## [Data to examine]

[Start of section]

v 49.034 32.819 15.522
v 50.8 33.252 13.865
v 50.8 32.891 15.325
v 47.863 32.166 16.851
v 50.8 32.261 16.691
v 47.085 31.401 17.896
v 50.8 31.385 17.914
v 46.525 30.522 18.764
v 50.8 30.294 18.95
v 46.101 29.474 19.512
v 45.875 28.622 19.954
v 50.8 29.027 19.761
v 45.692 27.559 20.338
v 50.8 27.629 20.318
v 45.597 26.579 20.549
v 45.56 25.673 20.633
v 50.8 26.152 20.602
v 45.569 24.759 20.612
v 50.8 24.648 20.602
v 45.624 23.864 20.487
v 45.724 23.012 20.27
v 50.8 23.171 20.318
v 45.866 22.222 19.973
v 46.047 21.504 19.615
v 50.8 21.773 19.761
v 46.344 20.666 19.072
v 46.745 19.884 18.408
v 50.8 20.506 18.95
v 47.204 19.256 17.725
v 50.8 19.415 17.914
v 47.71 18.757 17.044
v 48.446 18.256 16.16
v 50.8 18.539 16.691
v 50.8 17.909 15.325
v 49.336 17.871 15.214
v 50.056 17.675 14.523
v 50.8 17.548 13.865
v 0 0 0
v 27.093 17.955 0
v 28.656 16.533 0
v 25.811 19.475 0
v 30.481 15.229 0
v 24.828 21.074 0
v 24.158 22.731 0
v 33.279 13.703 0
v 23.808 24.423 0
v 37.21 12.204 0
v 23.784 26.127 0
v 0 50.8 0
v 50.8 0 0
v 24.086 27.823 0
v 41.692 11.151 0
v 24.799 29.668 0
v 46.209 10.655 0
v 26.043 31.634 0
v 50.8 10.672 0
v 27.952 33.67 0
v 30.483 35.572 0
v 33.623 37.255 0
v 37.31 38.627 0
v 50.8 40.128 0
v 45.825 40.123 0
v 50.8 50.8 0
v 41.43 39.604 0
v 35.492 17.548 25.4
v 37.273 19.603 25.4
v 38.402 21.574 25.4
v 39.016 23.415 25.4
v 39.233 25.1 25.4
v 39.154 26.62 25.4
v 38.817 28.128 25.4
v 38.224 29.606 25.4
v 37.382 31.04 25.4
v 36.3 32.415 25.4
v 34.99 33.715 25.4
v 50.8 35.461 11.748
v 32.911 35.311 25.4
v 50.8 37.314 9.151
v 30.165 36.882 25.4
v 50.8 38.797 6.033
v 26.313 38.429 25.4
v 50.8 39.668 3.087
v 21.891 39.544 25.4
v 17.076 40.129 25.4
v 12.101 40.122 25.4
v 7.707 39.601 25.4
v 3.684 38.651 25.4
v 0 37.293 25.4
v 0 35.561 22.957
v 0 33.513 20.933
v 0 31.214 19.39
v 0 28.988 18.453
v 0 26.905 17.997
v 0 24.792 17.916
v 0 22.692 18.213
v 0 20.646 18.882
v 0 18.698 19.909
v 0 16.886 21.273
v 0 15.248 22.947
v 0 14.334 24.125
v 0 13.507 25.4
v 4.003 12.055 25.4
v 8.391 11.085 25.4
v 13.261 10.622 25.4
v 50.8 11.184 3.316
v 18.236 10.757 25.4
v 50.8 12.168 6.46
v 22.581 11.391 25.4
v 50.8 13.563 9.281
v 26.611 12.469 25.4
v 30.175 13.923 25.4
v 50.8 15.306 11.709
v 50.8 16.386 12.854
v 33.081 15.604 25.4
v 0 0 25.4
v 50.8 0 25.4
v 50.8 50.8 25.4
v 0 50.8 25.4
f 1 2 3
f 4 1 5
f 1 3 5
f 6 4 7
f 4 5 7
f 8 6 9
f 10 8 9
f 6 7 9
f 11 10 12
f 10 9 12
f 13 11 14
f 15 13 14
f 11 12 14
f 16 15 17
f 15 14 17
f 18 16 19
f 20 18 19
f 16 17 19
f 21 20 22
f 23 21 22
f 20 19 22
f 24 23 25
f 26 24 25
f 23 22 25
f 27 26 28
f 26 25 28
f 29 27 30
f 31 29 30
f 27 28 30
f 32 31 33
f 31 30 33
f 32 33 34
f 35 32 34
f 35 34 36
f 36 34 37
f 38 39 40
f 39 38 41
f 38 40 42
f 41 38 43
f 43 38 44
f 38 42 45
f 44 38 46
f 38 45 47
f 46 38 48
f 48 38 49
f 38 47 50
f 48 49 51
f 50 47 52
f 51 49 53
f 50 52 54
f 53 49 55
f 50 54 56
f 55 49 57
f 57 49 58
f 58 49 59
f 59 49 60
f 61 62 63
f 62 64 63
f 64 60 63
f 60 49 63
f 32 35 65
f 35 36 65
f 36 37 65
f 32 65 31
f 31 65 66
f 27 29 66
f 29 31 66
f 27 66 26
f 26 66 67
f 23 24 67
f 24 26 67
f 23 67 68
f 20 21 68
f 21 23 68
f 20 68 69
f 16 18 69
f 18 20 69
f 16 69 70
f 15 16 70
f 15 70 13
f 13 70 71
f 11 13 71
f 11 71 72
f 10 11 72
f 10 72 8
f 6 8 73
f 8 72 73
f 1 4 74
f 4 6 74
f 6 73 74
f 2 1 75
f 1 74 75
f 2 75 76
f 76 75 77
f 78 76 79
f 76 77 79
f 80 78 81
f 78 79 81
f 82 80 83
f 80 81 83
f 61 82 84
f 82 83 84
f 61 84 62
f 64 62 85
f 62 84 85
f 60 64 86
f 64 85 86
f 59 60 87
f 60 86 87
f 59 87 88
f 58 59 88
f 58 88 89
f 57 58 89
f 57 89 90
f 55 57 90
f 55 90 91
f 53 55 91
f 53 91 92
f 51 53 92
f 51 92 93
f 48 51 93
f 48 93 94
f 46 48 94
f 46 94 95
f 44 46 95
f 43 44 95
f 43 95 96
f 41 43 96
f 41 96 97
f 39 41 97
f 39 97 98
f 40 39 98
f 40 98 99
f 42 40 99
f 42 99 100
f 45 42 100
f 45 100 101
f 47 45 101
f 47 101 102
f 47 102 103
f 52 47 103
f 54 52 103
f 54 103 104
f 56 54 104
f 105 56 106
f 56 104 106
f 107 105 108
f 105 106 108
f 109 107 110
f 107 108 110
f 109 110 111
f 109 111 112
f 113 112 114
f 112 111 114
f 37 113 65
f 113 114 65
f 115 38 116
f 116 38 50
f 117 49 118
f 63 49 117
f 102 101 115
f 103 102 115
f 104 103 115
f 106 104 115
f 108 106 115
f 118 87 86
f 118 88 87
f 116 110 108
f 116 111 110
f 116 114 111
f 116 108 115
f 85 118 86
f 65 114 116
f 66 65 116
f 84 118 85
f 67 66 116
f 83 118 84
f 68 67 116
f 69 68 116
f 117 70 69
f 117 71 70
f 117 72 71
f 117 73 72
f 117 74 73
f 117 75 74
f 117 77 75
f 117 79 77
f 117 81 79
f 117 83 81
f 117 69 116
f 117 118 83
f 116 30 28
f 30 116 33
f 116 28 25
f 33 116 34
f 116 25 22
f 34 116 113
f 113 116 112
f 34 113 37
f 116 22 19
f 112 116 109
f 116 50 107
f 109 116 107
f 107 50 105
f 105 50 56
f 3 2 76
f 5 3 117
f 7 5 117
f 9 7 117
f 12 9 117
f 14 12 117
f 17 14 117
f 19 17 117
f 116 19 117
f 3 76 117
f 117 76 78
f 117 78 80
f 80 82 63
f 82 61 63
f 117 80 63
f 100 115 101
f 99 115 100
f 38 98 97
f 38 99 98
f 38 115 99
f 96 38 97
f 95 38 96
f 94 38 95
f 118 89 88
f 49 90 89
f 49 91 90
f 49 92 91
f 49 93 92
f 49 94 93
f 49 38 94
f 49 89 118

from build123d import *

# Parameters (mm, degrees)
SKETCH1_W           = 50.8
SKETCH1_H           = 50.8
BOSS_EXTRUDE1_DEPTH = 25.4
SKETCH2_R           = 7.9375
CUT_EXTRUDE1_DEPTH  = 25.4
SKETCH4_R           = 14.80168028
CUT_EXTRUDE2_DEPTH  = 113.055003212


with BuildPart() as part:
    # Sketch1 → Boss-Extrude1 (new body)
    with BuildSketch(Plane.XY):
        with Locations((25.4, 25.4)):
            Rectangle(SKETCH1_W, SKETCH1_H)
    extrude(amount=BOSS_EXTRUDE1_DEPTH)

    # Sketch2 → Cut-Extrude1 (cut)
    with BuildSketch(Plane(origin=(50.8, 0, 0), x_dir=(0, 0, -1), z_dir=(1, 0, 0))):
        with Locations((-12.7, 25.4)):
            Circle(SKETCH2_R)
    extrude(amount=-CUT_EXTRUDE1_DEPTH, mode=Mode.SUBTRACT)

    # Sketch4 → Cut-Extrude2 (cut, through all)
    with BuildSketch(Plane(origin=(-43.536509722, 0, 32.807113228), x_dir=(0, 1, 0), z_dir=(-0.7986355100472856, 0, 0.6018150231520579))):
        with Locations(Location((25.4, -29.09758227, 0), (0, 0, 237.964118951))):
            Circle(SKETCH4_R)
    extrude(amount=-CUT_EXTRUDE2_DEPTH, mode=Mode.SUBTRACT)


solid = part.part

[End of section]

## [Assigned task]
The stopping point is the line containing "v 32.911 35.311 25.4". Reproduce exactly every line of the material from the first through that one.

## [Written solution]
v 49.034 32.819 15.522
v 50.8 33.252 13.865
v 50.8 32.891 15.325
v 47.863 32.166 16.851
v 50.8 32.261 16.691
v 47.085 31.401 17.896
v 50.8 31.385 17.914
v 46.525 30.522 18.764
v 50.8 30.294 18.95
v 46.101 29.474 19.512
v 45.875 28.622 19.954
v 50.8 29.027 19.761
v 45.692 27.559 20.338
v 50.8 27.629 20.318
v 45.597 26.579 20.549
v 45.56 25.673 20.633
v 50.8 26.152 20.602
v 45.569 24.759 20.612
v 50.8 24.648 20.602
v 45.624 23.864 20.487
v 45.724 23.012 20.27
v 50.8 23.171 20.318
v 45.866 22.222 19.973
v 46.047 21.504 19.615
v 50.8 21.773 19.761
v 46.344 20.666 19.072
v 46.745 19.884 18.408
v 50.8 20.506 18.95
v 47.204 19.256 17.725
v 50.8 19.415 17.914
v 47.71 18.757 17.044
v 48.446 18.256 16.16
v 50.8 18.539 16.691
v 50.8 17.909 15.325
v 49.336 17.871 15.214
v 50.056 17.675 14.523
v 50.8 17.548 13.865
v 0 0 0
v 27.093 17.955 0
v 28.656 16.533 0
v 25.811 19.475 0
v 30.481 15.229 0
v 24.828 21.074 0
v 24.158 22.731 0
v 33.279 13.703 0
v 23.808 24.423 0
v 37.21 12.204 0
v 23.784 26.127 0
v 0 50.8 0
v 50.8 0 0
v 24.086 27.823 0
v 41.692 11.151 0
v 24.799 29.668 0
v 46.209 10.655 0
v 26.043 31.634 0
v 50.8 10.672 0
v 27.952 33.67 0
v 30.483 35.572 0
v 33.623 37.255 0
v 37.31 38.627 0
v 50.8 40.128 0
v 45.825 40.123 0
v 50.8 50.8 0
v 41.43 39.604 0
v 35.492 17.548 25.4
v 37.273 19.603 25.4
v 38.402 21.574 25.4
v 39.016 23.415 25.4
v 39.233 25.1 25.4
v 39.154 26.62 25.4
v 38.817 28.128 25.4
v 38.224 29.606 25.4
v 37.382 31.04 25.4
v 36.3 32.415 25.4
v 34.99 33.715 25.4
v 50.8 35.461 11.748
v 32.911 35.311 25.4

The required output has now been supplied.